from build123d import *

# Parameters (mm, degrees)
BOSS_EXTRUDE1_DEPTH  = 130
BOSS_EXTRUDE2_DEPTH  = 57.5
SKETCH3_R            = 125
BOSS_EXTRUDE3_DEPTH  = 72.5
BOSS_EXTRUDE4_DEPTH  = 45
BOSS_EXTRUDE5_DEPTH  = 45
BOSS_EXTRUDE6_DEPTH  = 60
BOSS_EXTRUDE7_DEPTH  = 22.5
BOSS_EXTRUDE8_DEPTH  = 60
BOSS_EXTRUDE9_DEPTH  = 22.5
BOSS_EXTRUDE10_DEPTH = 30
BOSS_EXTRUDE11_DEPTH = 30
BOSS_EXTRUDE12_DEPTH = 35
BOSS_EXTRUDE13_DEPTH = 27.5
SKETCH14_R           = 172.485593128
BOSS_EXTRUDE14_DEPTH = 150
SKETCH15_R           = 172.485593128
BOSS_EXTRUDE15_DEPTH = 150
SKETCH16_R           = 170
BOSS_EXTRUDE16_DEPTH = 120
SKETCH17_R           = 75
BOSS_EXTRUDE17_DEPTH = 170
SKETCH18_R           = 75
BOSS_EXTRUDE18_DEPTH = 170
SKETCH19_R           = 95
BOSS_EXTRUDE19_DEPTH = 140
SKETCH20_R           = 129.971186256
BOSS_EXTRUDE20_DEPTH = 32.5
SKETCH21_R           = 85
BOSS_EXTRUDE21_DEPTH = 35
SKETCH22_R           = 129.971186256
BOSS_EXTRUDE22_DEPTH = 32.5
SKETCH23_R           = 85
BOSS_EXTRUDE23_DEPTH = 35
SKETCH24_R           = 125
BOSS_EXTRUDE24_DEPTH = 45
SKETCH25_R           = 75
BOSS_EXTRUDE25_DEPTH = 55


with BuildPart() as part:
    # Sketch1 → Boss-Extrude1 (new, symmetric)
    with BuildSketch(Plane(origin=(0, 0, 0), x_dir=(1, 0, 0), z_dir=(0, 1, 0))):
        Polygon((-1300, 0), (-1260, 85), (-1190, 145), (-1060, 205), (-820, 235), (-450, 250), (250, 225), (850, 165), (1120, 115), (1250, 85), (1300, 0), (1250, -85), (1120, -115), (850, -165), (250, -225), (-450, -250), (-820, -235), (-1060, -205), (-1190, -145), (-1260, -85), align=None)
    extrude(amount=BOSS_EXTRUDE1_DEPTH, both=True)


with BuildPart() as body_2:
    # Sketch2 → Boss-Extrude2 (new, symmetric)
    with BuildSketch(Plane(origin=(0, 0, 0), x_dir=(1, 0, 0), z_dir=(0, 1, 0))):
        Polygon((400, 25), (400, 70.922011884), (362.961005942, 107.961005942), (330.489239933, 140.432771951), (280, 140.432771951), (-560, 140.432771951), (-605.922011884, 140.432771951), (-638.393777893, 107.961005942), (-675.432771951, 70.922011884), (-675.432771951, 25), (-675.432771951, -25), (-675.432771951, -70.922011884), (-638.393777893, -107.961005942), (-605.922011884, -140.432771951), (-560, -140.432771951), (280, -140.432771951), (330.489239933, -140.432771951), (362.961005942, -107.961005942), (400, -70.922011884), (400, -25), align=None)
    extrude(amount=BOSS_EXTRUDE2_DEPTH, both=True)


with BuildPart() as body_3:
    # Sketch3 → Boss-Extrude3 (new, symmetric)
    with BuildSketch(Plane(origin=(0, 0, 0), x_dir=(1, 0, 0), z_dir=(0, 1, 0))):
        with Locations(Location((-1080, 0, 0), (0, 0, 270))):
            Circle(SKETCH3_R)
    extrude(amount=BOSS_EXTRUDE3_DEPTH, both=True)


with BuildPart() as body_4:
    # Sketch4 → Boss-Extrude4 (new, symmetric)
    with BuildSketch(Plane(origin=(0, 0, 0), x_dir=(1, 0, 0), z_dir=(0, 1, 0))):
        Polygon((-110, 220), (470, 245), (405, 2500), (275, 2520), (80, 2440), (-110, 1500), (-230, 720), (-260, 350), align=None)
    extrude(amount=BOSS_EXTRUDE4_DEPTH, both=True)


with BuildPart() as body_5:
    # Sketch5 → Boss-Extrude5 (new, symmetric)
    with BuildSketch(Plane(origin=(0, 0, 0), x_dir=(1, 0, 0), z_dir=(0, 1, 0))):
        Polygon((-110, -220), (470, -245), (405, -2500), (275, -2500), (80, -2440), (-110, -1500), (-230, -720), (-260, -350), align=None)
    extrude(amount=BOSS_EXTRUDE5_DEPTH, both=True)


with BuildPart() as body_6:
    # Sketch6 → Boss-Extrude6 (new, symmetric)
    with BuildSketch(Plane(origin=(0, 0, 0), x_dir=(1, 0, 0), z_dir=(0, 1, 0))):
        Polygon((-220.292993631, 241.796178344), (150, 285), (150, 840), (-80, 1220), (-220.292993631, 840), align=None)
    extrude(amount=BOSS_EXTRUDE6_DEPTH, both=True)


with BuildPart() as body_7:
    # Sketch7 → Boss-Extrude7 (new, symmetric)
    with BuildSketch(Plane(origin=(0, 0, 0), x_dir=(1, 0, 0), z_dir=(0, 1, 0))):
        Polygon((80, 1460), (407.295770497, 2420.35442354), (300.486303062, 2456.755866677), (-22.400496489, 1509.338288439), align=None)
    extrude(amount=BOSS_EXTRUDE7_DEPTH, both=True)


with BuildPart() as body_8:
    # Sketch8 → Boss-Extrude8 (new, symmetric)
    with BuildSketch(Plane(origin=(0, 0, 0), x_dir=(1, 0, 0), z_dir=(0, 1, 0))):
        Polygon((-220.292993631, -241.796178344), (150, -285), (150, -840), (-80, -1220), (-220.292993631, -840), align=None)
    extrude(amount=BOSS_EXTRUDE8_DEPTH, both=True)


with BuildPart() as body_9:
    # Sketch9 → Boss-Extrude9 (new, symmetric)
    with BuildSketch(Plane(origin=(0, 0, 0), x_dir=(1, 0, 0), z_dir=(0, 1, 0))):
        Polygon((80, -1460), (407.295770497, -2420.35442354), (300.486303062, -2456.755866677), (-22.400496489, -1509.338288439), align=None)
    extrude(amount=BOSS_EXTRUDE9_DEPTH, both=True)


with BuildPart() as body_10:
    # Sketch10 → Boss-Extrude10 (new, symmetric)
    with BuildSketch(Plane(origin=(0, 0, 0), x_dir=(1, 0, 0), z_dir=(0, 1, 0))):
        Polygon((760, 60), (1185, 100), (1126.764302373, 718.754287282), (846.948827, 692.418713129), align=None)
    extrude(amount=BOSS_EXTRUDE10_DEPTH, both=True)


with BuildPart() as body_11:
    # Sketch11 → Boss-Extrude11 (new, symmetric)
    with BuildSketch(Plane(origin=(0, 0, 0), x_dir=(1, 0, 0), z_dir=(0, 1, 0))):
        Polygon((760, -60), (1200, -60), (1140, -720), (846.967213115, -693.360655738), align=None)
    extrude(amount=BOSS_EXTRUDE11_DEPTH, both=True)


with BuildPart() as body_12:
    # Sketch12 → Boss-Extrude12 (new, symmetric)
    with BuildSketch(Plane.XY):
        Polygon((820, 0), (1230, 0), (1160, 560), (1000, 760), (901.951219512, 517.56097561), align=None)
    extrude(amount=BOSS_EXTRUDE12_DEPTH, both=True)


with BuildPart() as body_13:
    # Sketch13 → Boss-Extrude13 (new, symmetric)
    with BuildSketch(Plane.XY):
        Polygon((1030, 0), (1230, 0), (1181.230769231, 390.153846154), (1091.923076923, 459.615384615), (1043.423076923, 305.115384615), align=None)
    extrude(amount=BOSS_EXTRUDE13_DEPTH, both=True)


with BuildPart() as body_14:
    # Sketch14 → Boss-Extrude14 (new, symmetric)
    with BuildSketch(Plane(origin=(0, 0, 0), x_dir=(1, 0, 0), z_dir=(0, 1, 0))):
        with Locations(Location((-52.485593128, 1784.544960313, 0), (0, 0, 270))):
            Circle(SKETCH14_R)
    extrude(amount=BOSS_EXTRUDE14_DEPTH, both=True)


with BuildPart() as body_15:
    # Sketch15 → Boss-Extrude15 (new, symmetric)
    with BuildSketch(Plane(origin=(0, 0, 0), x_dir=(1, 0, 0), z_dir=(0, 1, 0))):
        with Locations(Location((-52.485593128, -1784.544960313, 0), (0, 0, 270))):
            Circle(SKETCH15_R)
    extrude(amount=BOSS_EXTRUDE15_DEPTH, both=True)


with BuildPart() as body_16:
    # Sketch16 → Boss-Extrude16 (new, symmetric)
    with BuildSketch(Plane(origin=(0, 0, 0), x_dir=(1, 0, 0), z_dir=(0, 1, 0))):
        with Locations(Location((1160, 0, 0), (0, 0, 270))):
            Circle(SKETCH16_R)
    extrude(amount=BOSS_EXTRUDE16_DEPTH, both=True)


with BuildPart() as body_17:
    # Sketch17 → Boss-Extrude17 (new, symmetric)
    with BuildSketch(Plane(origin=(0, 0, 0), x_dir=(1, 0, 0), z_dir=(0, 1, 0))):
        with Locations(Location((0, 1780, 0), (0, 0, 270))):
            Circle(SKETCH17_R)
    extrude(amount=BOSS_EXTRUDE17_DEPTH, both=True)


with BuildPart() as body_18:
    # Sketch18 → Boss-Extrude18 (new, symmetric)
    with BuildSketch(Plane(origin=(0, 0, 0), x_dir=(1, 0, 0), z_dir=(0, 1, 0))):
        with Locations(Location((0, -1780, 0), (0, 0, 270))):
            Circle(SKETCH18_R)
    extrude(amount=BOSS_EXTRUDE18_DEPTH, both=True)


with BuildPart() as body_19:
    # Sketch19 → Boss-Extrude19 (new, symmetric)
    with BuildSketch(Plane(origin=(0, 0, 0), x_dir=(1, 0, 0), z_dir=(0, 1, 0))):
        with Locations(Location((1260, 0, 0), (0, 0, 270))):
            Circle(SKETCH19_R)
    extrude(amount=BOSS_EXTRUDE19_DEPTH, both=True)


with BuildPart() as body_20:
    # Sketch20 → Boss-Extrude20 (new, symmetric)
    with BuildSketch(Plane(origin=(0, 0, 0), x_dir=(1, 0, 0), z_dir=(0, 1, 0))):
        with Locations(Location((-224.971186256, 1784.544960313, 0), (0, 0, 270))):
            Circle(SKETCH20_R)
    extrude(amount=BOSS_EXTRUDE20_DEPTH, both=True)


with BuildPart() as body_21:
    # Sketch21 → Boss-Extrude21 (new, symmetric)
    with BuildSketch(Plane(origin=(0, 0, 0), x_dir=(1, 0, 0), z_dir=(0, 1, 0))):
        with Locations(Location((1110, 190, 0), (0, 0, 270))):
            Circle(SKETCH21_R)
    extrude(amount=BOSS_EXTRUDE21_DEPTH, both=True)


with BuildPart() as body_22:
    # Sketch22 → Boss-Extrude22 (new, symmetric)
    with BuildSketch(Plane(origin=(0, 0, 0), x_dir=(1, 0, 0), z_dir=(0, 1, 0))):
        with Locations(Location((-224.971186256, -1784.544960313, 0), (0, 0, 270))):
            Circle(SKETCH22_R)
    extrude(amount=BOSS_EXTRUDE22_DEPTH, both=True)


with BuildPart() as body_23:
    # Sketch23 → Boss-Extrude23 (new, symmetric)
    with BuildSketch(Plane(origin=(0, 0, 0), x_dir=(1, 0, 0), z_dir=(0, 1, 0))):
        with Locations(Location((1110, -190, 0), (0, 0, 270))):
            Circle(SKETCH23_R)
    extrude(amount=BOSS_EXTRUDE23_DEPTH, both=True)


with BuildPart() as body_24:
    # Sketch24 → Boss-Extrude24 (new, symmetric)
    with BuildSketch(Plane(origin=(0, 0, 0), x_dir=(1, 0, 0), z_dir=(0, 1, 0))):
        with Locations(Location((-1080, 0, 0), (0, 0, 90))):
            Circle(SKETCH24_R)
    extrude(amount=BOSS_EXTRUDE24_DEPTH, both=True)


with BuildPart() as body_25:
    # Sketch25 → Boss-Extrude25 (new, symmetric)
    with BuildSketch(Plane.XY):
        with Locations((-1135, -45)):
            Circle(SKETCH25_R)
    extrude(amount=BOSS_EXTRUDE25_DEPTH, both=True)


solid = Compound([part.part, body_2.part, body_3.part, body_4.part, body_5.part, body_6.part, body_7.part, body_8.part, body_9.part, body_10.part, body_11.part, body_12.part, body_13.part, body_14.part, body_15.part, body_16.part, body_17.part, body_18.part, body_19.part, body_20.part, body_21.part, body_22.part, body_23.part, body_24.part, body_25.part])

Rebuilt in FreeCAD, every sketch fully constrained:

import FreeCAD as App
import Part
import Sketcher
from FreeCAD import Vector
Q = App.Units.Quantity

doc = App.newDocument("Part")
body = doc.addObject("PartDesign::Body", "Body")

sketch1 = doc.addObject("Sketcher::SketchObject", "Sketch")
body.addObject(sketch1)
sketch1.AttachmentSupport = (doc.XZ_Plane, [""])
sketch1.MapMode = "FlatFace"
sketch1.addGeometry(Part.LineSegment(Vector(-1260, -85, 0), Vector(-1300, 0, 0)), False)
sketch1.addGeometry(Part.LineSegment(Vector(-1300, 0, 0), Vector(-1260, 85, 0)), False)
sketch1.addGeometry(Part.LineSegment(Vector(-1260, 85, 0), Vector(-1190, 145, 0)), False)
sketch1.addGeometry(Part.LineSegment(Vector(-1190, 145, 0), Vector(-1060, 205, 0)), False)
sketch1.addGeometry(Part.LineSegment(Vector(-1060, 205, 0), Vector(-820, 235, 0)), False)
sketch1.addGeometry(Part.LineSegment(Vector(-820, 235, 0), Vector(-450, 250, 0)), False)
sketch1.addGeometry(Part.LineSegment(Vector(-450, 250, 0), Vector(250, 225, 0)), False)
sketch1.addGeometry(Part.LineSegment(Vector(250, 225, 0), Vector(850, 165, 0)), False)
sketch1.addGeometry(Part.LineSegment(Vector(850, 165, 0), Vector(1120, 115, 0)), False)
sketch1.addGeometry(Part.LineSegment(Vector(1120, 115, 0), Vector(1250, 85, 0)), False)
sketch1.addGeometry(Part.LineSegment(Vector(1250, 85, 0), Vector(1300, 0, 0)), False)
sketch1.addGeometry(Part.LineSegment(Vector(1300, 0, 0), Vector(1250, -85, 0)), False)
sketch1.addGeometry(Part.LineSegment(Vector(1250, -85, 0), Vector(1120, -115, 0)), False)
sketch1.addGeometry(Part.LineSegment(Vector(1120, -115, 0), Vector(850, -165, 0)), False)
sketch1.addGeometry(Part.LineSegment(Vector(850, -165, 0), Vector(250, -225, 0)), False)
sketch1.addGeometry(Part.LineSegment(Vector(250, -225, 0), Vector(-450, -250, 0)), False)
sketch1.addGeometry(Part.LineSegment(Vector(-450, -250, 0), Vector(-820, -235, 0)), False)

• **WHAT YOU SHOULD DO**
Among the records above, only the lines between the line holding "# Sketch14 →" and the line holding "extrude(amount=BOSS_EXTRUDE14_DEPTH, both=True)", inclusive, are to be output, exactly as written.

• **OUTPUT FOR THIS TASK**
    # Sketch14 → Boss-Extrude14 (new, symmetric)
    with BuildSketch(Plane(origin=(0, 0, 0), x_dir=(1, 0, 0), z_dir=(0, 1, 0))):
        with Locations(Location((-52.485593128, 1784.544960313, 0), (0, 0, 270))):
            Circle(SKETCH14_R)
    extrude(amount=BOSS_EXTRUDE14_DEPTH, both=True)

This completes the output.